Starting point is 00:30:52 and neither of those are communicated back to user interface back to the user space so since that's the case there really isn't a good way to to craft an abort command from there. And some of the other commands that are owned by the driver include like asynchronous events, keep alive timeouts, and the connection commands. Those are all owned within the driver. So we're not providing convenient functions for them in the library. But at the same time, the library is not going to police what you send. So while there's no exported convenience functions for these, you could still submit whatever you want through the generic pass-through interface

Starting point is 00:31:31 that I showed on the previous slide. But in many cases, if you were to do something like that, it's just going to confuse some other part of the system, and a controller reset is likely going to happen when the errors happen. But you could still use it for error injection or testing other broken scenarios or maybe triggering an analyzer snapshot if that's something you wanted to do. Beginning back to the functions this library does export, this is just another example of a spec-defined command for retrieving log pages. The following is the library's provided API

Starting point is 00:32:05 for the generic NVMe log command. It's a little bit more coder-friendly than what we had before. There are fewer parameters, and the types are now specific to this command, so we have a little more type safety. And for some of the commands, though, the opcode's specific function is about as simple as we can make it from a developer's perspective.

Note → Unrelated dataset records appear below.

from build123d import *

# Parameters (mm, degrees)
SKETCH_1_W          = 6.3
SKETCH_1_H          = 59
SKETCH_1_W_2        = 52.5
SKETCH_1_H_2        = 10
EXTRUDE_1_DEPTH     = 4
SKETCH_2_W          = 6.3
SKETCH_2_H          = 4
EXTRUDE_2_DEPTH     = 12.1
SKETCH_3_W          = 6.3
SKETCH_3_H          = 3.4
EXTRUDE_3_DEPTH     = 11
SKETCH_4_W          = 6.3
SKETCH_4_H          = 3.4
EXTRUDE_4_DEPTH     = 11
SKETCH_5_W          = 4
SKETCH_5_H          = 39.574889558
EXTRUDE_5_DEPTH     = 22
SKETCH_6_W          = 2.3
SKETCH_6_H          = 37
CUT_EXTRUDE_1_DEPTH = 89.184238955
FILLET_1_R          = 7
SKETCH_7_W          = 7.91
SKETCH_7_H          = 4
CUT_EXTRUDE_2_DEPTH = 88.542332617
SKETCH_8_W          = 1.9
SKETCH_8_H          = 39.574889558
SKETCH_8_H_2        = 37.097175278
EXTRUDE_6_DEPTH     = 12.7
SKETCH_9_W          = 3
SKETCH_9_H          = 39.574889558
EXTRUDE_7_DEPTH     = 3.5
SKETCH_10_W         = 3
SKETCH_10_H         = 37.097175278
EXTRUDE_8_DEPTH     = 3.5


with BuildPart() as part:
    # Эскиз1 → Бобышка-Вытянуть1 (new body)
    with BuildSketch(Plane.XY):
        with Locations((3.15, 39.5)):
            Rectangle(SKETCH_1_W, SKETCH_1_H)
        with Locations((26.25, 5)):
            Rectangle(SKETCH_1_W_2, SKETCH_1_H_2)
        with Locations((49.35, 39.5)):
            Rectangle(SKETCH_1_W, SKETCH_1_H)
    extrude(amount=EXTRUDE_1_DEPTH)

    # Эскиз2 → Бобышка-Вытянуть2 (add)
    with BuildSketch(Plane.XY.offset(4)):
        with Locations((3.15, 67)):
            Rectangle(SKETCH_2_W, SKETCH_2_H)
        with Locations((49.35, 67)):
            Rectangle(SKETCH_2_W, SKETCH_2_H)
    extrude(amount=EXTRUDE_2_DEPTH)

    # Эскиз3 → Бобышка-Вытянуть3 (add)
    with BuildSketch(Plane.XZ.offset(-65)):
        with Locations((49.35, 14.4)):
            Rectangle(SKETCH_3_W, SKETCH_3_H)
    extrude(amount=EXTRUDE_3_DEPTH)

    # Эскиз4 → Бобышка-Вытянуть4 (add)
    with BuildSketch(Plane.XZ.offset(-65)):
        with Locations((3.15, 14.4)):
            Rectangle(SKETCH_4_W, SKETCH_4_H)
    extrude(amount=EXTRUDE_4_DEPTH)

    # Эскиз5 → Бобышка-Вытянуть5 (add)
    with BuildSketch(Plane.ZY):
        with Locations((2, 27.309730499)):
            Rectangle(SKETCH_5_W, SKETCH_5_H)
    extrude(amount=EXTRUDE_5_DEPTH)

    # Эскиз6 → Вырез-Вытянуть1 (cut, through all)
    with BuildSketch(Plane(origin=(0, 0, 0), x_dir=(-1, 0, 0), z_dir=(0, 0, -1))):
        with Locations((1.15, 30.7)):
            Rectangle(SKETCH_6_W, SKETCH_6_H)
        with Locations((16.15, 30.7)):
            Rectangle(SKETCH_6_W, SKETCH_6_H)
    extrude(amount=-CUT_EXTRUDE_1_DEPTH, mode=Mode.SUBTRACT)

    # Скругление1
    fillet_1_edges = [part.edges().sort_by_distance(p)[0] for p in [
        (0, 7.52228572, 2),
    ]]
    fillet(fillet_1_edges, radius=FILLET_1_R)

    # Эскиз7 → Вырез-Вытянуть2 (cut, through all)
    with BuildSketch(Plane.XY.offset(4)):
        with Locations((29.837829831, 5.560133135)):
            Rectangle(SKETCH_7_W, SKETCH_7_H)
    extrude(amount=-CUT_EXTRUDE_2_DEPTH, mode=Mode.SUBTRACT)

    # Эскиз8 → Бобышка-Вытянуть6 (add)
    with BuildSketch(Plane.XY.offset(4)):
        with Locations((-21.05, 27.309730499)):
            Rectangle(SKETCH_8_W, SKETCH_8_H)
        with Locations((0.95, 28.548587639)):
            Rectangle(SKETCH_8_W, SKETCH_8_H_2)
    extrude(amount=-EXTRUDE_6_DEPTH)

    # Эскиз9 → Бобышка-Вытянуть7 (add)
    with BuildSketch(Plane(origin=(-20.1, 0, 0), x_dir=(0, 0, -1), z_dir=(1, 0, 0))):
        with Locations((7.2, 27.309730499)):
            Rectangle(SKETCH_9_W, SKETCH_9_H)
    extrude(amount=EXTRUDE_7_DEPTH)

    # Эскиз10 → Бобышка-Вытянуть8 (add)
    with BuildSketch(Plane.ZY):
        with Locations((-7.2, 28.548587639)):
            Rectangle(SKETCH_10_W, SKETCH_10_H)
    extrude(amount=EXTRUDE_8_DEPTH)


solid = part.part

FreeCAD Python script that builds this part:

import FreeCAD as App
import Part
import Sketcher
Q = App.Units.Quantity


def edges_at(feature, points):
    """Names of the edges that pass closest to the given points."""
    edges = feature.Shape.Edges
    near = lambda p: min(range(len(edges)), key=lambda i: edges[i].distToShape(Part.Vertex(*p))[0])
    return sorted({f"Edge{near(p) + 1}" for p in points})

doc = App.newDocument("Part")
body = doc.addObject("PartDesign::Body", "Body")

sketch1 = doc.addObject("Sketcher::SketchObject", "Sketch")
body.addObject(sketch1)
sketch1.AttachmentSupport = (doc.XY_Plane, [""])
sketch1.MapMode = "FlatFace"
sketch1.addGeometry(Part.LineSegment(App.Vector(0, 69, 0), App.Vector(0, 0, 0)), False)
sketch1.addGeometry(Part.LineSegment(App.Vector(0, 0, 0), App.Vector(52, 0, 0)), False)
sketch1.addGeometry(Part.LineSegment(App.Vector(52, 0, 0), App.Vector(52, 69, 0)), False)
sketch1.addGeometry(Part.LineSegment(App.Vector(52, 69, 0), App.Vector(46, 69, 0)), False)
sketch1.addGeometry(Part.LineSegment(App.Vector(46, 69, 0), App.Vector(46, 10, 0)), False)
sketch1.addGeometry(Part.LineSegment(App.Vector(46, 10, 0), App.Vector(6, 10, 0)), False)
sketch1.addGeometry(Part.LineSegment(App.Vector(6, 10, 0), App.Vector(6, 69, 0)), False)
sketch1.addGeometry(Part.LineSegment(App.Vector(6, 69, 0), App.Vector(0, 69, 0)), False)
sketch1.addConstraint(Sketcher.Constraint("Coincident", 0, 2, 1, 1))
sketch1.addConstraint(Sketcher.Constraint("Coincident", 1, 2, 2, 1))
sketch1.addConstraint(Sketcher.Constraint("Coincident", 2, 2, 3, 1))
sketch1.addConstraint(Sketcher.Constraint("Coincident", 3, 2, 4, 1))
sketch1.addConstraint(Sketcher.Constraint("Coincident", 4, 2, 5, 1))
sketch1.addConstraint(Sketcher.Constraint("Coincident", 5, 2, 6, 1))
sketch1.addConstraint(Sketcher.Constraint("Coincident", 6, 2, 7, 1))
sketch1.addConstraint(Sketcher.Constraint("Coincident", 7, 2, 0, 1))
sketch1.addConstraint(Sketcher.Constraint("Vertical", 0))
sketch1.addConstraint(Sketcher.Constraint("Horizontal", 1))
sketch1.addConstraint(Sketcher.Constraint("Vertical", 2))
sketch1.addConstraint(Sketcher.Constraint("Horizontal", 3))
sketch1.addConstraint(Sketcher.Constraint("Vertical", 4))
sketch1.addConstraint(Sketcher.Constraint("Horizontal", 5))
sketch1.addConstraint(Sketcher.Constraint("Vertical", 6))
sketch1.addConstraint(Sketcher.Constraint("Horizontal", 7))
sketch1.addConstraint(Sketcher.Constraint("Coincident", 0, 2, -1, 1))
sketch1.addConstraint(Sketcher.Constraint("Horizontal", 3, 2, 6, 2))
sketch1.addConstraint(Sketcher.Constraint("Equal", 3, 7))
sketch1.addConstraint(Sketcher.Constraint("DistanceY", 0, 2, 0, 1, Q("69 mm")))
sketch1.addConstraint(Sketcher.Constraint("DistanceY", 4, 2, 4, 1, Q("59 mm")))
sketch1.addConstraint(Sketcher.Constraint("DistanceX", 1, 1, 1, 2, Q("52.5 mm")))
sketch1.addConstraint(Sketcher.Constraint("DistanceX", 3, 2, 3, 1, Q("6.3 mm")))
pad1 = doc.addObject("PartDesign::Pad", "Pad")
body.addObject(pad1)
pad1.Profile = sketch1
pad1.Length = 4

Starting point is 00:32:29 And we don't need to go any further in the specifications to know how to use it. But as we saw earlier, many types of commands have subtypes, and that includes this log page. So another layer of helpers is going to be most helpful. So with that in mind, the library exports even more functions for all the command subtype variations. These include all the log page types that I just mentioned, as well as the various identifications, which we said there are 18 of them, and all the tunable features and the directives. ZNS provides various zone management commands as well. So that's one of the newer additions. So there are many functions at this level. Currently a little over 150 are provided.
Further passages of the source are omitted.